Saved data entries:
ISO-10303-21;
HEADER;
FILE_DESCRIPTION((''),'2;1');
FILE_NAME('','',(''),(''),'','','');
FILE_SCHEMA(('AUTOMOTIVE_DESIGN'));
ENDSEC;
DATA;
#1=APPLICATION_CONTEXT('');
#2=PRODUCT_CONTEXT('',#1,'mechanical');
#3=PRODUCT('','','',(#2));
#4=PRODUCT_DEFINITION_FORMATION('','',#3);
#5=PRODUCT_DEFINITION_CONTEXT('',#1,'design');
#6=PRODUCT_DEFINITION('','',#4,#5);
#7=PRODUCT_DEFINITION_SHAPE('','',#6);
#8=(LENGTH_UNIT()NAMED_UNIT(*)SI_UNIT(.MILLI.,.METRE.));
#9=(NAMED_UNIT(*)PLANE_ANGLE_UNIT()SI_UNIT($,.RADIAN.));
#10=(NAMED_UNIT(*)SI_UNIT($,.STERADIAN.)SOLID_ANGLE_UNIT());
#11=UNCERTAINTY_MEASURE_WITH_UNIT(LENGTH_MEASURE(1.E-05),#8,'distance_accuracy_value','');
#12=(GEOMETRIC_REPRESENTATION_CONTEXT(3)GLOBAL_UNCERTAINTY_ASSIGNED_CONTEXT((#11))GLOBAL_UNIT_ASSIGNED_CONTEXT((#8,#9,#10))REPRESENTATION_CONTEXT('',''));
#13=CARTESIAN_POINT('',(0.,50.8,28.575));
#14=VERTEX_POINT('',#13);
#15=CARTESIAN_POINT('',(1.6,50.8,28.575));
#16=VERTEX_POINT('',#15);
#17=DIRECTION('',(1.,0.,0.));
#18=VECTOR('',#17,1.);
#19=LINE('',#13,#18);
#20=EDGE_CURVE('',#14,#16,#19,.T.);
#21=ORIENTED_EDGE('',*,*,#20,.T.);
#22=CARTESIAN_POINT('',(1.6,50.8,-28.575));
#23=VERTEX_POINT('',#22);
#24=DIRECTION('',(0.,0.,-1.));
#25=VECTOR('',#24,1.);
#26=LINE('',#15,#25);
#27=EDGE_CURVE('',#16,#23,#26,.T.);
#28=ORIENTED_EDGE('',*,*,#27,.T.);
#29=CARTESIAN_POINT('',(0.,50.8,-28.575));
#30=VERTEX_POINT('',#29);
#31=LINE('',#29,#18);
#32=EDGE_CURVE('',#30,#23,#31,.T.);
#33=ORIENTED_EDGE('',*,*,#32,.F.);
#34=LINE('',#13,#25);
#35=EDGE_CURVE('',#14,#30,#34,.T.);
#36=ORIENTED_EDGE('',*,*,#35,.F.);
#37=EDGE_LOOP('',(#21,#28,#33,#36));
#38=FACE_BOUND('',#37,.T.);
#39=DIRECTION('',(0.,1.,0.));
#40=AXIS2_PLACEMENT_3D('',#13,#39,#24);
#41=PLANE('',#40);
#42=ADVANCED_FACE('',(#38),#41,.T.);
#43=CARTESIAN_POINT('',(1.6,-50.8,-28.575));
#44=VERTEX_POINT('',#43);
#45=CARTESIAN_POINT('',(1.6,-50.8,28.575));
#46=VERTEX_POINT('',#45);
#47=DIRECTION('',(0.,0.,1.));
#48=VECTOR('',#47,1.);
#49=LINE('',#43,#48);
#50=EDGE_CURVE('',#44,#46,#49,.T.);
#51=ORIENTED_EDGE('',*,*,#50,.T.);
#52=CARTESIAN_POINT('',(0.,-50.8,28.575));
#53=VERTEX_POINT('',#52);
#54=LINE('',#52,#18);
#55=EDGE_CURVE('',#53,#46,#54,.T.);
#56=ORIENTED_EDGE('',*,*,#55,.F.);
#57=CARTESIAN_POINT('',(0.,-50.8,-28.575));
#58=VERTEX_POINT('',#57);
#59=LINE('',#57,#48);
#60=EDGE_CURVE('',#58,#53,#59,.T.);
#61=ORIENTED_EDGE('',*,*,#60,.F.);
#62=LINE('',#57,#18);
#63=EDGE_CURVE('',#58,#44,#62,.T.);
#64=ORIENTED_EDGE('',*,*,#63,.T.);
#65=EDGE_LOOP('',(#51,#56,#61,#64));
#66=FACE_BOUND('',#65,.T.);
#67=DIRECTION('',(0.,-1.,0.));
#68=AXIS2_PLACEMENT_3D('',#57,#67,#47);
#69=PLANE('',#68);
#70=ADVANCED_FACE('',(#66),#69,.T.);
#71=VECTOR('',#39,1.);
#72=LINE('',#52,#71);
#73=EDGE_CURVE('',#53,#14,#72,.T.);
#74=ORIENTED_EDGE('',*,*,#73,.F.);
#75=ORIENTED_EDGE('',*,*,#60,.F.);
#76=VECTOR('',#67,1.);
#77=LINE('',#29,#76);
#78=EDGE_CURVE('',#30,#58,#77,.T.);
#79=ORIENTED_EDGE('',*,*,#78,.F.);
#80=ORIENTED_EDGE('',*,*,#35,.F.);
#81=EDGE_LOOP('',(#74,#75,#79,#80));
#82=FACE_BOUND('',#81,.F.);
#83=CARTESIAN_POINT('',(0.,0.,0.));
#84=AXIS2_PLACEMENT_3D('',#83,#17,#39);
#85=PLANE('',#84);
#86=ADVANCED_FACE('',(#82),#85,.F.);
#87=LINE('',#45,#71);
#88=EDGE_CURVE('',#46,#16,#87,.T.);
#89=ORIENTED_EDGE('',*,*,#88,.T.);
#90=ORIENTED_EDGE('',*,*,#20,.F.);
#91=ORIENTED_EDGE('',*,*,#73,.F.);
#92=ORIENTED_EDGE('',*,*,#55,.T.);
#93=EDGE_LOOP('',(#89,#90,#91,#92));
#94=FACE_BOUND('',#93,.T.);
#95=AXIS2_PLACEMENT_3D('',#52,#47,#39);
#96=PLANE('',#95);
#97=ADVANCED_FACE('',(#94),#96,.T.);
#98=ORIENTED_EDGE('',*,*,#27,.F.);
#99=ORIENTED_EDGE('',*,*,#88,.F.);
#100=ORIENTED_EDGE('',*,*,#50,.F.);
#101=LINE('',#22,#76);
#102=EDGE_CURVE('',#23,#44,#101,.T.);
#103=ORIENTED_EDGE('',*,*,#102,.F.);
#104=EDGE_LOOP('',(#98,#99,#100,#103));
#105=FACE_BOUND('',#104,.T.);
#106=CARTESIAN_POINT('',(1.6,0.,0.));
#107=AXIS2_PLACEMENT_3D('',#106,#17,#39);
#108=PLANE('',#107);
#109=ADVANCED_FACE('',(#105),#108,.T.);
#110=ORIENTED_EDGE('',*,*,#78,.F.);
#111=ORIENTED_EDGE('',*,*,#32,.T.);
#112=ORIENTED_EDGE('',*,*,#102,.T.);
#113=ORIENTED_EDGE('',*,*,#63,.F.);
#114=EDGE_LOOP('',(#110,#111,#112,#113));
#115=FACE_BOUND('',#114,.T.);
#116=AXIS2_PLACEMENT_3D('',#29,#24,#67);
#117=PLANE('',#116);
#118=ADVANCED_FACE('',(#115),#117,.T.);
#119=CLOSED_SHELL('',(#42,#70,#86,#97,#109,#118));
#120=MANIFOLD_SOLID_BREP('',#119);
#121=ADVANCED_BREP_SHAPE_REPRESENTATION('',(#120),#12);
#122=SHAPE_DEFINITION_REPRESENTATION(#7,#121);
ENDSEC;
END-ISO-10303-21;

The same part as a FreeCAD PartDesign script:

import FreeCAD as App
import Part
import Sketcher
Q = App.Units.Quantity


def add_polygon(sketch, points):
    """Adds a closed chain of lines whose ends are joined by coincident constraints."""
    first, n = sketch.GeometryCount, len(points)
    for a, b in zip(points, points[1:] + points[:1]):
        sketch.addGeometry(Part.LineSegment(App.Vector(*a, 0), App.Vector(*b, 0)), False)
    for i in range(n):
        sketch.addConstraint(Sketcher.Constraint("Coincident", first + i, 2, first + (i + 1) % n, 1))

doc = App.newDocument("Part")
body = doc.addObject("PartDesign::Body", "Body")

# Sketch on YZ plane
sketch1 = body.newObject("Sketcher::SketchObject", "Sketch")
sketch1.AttachmentSupport = (doc.getObject("YZ_Plane"), [""])
sketch1.MapMode = "FlatFace"
add_polygon(sketch1, [(51, 29), (-51, 29), (-51, -29), (51, -29)])  # lines 0-3
sketch1.addConstraint([
    Sketcher.Constraint("Horizontal", 0),
    Sketcher.Constraint("Vertical", 1),
    Sketcher.Constraint("Horizontal", 2),
    Sketcher.Constraint("Vertical", 3),
    Sketcher.Constraint("Symmetric", 0, 2, 2, 2, -1, 1),
    Sketcher.Constraint("DistanceX", 0, 2, 0, 1, Q("4 in")),
    Sketcher.Constraint("DistanceY", 1, 2, 1, 1, Q("2.25 in")),
])
pad1 = body.newObject("PartDesign::Pad", "Pad")
pad1.Profile = sketch1
pad1.Length = Q("0.0629921 in")

doc.recompute()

* INSTRUCTIONS FOR THE TASK: Given the records above, reproduce precisely and only the lines between the line holding "#105=FACE_BOUND('',#104,.T.);" and the line holding "#120=MANIFOLD_SOLID_BREP('',#119);", inclusive.

* WRITTEN ANSWER:
#105=FACE_BOUND('',#104,.T.);
#106=CARTESIAN_POINT('',(1.6,0.,0.));
#107=AXIS2_PLACEMENT_3D('',#106,#17,#39);
#108=PLANE('',#107);
#109=ADVANCED_FACE('',(#105),#108,.T.);
#110=ORIENTED_EDGE('',*,*,#78,.F.);
#111=ORIENTED_EDGE('',*,*,#32,.T.);
#112=ORIENTED_EDGE('',*,*,#102,.T.);
#113=ORIENTED_EDGE('',*,*,#63,.F.);
#114=EDGE_LOOP('',(#110,#111,#112,#113));
#115=FACE_BOUND('',#114,.T.);
#116=AXIS2_PLACEMENT_3D('',#29,#24,#67);
#117=PLANE('',#116);
#118=ADVANCED_FACE('',(#115),#117,.T.);
#119=CLOSED_SHELL('',(#42,#70,#86,#97,#109,#118));
#120=MANIFOLD_SOLID_BREP('',#119);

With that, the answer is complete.